Так, детскую колонию Лидии Арманд, которая с начала 1920-х годов спасала от голода и холода преимущественно детей из «бывших»: интеллигентных профессорских семей, стремясь дать им полноценное «старое» образование и воспитание, – задушили довольно быстро, несмотря на то что в колонию зачислялись крестьянские дети из окрестных подмосковных деревень. Арманд и не скрывала, что строит свою педагогику на иных основаниях1184
. В 1924 году она была арестована среди других теософов и осуждена в 1925-м к ссылке на Урал. Не спасло революционное прошлое, включавшее три царские тюрьмы, оно дополнилось советскими тюрьмами, которые предстояло пройти этой педагогической подвижнице. В 1927-м, когда она уже находилась в ссылке, под псевдонимом Л. Соснина вышла ее книжка «История одной школьной общины». Доброжелательное предисловие к ней написал С.Т. Шацкий, известный педагог, марксист (!), руководитель колонии «Бодрая жизнь». Но и его детище, Первую опытную станцию Наркомпроса, куда входила и колония «Бодрая жизнь», созданная им еще в 1911 году, расформировали в 1932-м. Тогда же Шацкий был назначен ректором Московской консерватории, а в 1934-м – умер.Беспризорникам в колонии Дзержинского повезло больше, чем питомцам Лидии Арманд. Но и утопия А.С. Макаренко просуществовала относительно недолго: до начала 1935 года. В середине 1930-х Макаренко уже занимается литературным трудом, совмещая его с бюрократической работой в аппарате НКВД УССР. Уже в совершенно иную, «оттепельную» эпоху такая же судьба – ограничения и прямые репрессии – постигла и коммунарское движение, хотя оно, казалось бы, идеально вписывалось в тогдашний государственный тренд. Причины растянувшегося во времени, но неизбежного драматического финала всех наших педагогических утопий – предмет отдельного разговора. Этот сюжет детально изложен в одной из глав книги, посвященной истории Коммуны юных фрунзенцев, написанной Дарьей Димке, и мы еще к нему вернемся.

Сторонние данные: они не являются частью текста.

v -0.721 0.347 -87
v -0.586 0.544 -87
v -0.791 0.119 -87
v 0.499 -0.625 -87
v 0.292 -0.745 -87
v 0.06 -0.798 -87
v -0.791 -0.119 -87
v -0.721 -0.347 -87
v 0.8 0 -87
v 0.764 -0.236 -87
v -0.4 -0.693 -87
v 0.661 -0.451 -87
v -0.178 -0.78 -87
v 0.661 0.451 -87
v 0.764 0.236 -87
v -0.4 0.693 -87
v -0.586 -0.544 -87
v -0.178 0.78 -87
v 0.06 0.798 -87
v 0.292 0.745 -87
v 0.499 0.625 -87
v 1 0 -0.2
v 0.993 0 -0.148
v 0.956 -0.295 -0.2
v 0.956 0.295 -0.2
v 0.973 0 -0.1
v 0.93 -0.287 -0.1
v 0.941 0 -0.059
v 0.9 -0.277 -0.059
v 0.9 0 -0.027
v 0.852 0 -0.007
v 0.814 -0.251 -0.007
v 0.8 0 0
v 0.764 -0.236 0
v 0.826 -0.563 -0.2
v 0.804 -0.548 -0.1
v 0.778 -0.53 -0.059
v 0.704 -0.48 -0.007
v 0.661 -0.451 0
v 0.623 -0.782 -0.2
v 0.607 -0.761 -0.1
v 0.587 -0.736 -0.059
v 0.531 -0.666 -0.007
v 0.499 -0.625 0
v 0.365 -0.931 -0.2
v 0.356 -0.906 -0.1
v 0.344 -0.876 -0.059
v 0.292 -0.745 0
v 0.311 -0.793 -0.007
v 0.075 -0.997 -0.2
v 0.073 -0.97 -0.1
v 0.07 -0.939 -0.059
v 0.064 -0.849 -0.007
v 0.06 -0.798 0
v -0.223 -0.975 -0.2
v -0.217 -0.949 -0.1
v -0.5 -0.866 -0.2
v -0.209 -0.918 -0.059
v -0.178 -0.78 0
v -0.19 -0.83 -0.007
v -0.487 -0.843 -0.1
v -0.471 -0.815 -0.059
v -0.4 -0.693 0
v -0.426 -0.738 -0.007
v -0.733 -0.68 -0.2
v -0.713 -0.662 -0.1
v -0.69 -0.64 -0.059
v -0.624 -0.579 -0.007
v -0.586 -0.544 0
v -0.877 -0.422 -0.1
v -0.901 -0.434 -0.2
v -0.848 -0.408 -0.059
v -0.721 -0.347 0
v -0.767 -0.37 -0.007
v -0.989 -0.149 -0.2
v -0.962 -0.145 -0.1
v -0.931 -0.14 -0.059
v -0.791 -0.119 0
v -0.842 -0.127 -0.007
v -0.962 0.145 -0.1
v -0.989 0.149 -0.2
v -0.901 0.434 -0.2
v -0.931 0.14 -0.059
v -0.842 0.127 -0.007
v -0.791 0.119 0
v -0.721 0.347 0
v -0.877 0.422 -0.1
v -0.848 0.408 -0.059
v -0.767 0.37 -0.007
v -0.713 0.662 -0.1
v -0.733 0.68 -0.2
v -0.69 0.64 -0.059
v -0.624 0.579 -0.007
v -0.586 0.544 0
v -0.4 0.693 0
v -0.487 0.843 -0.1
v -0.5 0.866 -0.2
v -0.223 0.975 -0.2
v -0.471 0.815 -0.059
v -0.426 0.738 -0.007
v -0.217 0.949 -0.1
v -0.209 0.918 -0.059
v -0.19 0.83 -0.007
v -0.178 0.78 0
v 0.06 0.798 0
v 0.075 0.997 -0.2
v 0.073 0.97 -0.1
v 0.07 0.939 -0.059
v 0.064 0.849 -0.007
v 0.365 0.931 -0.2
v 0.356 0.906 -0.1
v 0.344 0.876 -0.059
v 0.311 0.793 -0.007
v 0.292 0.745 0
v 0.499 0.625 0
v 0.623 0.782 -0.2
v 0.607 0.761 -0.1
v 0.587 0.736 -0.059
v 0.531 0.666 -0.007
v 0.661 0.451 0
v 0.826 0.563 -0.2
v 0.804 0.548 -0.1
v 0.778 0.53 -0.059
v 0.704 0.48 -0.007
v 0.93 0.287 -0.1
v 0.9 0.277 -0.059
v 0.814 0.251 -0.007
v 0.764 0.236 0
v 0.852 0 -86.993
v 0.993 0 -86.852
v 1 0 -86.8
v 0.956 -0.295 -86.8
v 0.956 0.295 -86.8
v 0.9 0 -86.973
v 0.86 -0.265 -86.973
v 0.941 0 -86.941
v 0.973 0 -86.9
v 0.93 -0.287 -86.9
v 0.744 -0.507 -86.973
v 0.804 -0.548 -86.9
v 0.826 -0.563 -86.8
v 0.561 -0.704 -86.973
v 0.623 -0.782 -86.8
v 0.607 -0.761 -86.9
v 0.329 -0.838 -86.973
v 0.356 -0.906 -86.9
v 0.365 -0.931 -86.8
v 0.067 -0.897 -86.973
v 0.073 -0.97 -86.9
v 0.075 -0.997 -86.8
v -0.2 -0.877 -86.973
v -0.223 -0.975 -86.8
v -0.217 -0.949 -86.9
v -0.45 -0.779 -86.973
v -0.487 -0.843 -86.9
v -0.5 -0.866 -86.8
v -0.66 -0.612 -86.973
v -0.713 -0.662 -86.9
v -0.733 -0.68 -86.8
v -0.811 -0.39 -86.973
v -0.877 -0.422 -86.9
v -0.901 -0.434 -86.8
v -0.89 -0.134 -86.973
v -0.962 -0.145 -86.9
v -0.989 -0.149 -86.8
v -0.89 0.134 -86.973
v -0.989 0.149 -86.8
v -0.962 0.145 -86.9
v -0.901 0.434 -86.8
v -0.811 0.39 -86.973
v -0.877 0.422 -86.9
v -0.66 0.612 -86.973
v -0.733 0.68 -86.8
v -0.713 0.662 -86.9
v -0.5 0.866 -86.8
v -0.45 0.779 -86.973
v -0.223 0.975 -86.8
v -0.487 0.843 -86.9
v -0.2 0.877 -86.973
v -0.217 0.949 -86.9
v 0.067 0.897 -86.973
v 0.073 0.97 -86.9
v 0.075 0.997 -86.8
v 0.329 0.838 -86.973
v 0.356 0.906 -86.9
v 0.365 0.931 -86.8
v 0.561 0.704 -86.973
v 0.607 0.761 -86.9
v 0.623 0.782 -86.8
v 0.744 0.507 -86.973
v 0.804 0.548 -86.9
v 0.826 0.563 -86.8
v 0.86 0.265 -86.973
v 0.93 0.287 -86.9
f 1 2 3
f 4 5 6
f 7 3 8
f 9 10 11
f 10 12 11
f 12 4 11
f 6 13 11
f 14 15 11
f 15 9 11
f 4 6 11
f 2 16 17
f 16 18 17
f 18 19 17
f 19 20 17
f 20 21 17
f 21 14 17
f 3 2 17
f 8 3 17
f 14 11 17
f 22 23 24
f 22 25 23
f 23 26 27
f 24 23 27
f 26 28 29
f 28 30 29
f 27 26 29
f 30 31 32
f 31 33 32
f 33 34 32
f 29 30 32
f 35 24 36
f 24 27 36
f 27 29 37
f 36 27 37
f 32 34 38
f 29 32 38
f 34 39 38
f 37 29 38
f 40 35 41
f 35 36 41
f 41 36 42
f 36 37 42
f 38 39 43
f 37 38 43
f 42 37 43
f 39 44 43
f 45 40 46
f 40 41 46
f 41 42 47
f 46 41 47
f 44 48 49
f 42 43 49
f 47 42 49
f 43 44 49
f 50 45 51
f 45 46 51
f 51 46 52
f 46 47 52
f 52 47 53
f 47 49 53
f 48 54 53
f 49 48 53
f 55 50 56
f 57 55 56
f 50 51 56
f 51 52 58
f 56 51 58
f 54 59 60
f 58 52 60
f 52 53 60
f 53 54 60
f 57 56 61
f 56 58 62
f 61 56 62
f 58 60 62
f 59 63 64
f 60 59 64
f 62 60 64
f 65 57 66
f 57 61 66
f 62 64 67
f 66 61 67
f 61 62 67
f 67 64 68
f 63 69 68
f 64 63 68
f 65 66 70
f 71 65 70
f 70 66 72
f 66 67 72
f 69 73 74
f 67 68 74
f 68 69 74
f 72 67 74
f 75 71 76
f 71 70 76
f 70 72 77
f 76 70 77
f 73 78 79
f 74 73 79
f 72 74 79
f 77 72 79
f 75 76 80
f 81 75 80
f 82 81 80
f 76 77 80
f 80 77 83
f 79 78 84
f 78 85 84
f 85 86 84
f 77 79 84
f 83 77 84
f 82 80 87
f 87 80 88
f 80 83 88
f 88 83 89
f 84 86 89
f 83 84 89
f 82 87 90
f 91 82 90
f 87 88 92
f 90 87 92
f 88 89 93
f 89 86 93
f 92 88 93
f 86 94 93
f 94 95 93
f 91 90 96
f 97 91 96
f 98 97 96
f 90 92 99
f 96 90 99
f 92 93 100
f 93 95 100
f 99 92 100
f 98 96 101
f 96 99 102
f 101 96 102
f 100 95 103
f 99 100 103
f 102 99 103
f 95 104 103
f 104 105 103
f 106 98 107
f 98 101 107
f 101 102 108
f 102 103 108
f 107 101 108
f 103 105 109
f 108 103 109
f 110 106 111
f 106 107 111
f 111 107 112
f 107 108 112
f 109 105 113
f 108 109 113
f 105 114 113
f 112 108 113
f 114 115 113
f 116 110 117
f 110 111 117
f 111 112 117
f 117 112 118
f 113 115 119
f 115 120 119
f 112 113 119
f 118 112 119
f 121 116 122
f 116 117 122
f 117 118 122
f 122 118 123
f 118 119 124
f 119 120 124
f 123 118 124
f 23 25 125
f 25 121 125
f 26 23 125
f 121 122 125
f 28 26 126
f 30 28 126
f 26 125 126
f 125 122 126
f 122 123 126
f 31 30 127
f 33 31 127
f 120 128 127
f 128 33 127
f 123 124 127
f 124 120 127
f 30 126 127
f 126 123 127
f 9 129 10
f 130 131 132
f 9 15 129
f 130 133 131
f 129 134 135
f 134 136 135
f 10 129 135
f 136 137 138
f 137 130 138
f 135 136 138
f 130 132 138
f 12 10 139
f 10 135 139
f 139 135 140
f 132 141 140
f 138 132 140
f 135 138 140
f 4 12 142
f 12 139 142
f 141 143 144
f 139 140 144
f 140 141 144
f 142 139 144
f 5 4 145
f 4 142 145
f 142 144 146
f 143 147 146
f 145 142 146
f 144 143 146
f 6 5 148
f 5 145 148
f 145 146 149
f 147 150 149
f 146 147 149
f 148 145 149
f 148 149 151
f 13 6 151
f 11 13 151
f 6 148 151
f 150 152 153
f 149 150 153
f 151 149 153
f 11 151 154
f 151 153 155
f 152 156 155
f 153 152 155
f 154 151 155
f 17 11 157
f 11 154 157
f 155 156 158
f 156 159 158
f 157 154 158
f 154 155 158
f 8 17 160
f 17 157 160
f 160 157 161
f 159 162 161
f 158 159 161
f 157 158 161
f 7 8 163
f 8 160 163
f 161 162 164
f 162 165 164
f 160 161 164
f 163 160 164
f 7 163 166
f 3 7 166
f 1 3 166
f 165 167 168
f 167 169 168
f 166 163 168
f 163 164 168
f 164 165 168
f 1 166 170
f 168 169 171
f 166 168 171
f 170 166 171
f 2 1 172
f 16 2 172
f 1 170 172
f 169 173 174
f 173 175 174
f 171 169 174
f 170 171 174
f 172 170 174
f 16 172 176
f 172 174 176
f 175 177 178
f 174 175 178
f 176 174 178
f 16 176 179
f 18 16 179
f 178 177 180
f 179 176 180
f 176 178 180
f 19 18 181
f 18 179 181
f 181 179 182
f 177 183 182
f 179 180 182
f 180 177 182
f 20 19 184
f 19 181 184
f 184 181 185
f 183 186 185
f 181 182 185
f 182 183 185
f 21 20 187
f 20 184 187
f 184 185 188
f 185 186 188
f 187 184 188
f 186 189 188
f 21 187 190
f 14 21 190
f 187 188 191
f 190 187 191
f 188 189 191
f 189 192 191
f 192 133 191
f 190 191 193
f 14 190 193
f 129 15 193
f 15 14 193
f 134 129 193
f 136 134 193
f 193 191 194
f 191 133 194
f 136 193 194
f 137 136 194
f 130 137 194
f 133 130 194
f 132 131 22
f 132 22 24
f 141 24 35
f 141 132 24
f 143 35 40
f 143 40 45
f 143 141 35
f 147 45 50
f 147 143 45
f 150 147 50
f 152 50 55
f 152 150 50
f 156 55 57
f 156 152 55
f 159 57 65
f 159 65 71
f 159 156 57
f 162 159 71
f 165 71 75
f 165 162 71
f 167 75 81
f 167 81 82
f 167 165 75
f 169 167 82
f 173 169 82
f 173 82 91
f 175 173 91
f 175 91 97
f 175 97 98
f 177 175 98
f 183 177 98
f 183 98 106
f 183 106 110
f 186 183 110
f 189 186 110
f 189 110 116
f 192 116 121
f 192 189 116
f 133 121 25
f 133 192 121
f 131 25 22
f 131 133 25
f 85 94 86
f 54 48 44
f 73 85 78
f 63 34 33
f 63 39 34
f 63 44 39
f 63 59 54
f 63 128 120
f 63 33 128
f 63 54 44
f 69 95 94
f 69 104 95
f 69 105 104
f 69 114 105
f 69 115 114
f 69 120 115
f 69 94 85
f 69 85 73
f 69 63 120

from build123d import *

# Parameters (mm, degrees)
ESQUISSE1_W = 87
ESQUISSE1_H = 1
CONG_1_R    = 0.2
CONG_2_R    = 0.2


with BuildPart() as part:
    # Esquisse1 → Révolution1 (revolve)
    with BuildSketch(Plane(origin=(0, 0, 0), x_dir=(0, 0, -1), z_dir=(1, 0, 0)), mode=Mode.PRIVATE) as r_volution1_sk:
        with Locations((43.5, 0.5)):
            Rectangle(ESQUISSE1_W, ESQUISSE1_H)
    revolve(r_volution1_sk.sketch.rotate(Axis((0, 0, 0), (0, 0, -1)), 90), axis=Axis((0, 0, 0), (0, 0, -1)))

    # Congé1
    cong_1_edges = [part.edges().sort_by_distance(p)[0] for p in [
        (-1, 0, -87),
    ]]
    fillet(cong_1_edges, radius=CONG_1_R)

    # Congé2
    cong_2_edges = [part.edges().sort_by_distance(p)[0] for p in [
        (-1, 0, 0),
    ]]
    fillet(cong_2_edges, radius=CONG_2_R)


solid = part.part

А пока отметим для себя, что одной из естественных причин (но не единственной!) возникновения педагогических утопий было временное совпадение грандиозных замыслов государства и искренних устремлений авторов новых педагогических проектов, готовых эти замыслы реализовывать. Несмотря на недолгое существование, эти проекты обогатили российскую и мировую педагогику богатым арсеналом идей, способов и методов работы с детьми, которые до сих пор используют успешные педагоги в своей деятельности, иногда даже не догадываясь, кому они обязаны своими достижениями. Важно лишь не забывать, что все эти изобретенные приемы и методы окрашены личностью их создателей.
В других руках похожие инструменты выглядят зловещими. На все детские колонии Макаренко не хватило. И в то же самое время существовала Первая детская трудовая колония Беломорско-Балтийского комбината. Дети сами следили за порядком: 4 тысячи беспризорников работали под присмотром 300 таких же беспризорников, специально отобранных и выдрессированных под надзором начальника колонии Видемана. Подобно взрослым гэпэушникам, эти 300 сопляков жили в лучших бараках и получали лучшую еду, на руках и на груди носили красную звезду и занимались – подобно взрослым – доносами, следствием, устраивали облавы, обыскивали… Окруженные ненавистью прочих – дикой. А было им всем от 10 до 15 лет.
Несет ли А.С. Макаренко ответственность за такую звериную реализацию его педагогических идей коллективного детского самоуправления и трудового воспитания? Не думаю. Отчуждение идей с последующим превращением их в собственную противоположность в философии не новость.
Предыдущие сюжеты приближают нас к разгадке причин возникновения и временного выживания педагогических утопий в рамках железобетонной, не допускающей никаких вольностей конструкции. Но так ли уж она была монолитна? Сбылась ли заветная мечта, она же главная педагогическая задача творцов большой утопии?
При подробном близком рассмотрении обнаруживается, что советская образовательная политика не представляет собой единого монолитного целого, ибо оказывается, что разные люди в одни и те же понятия могут и стремятся вкладывать разные смыслы.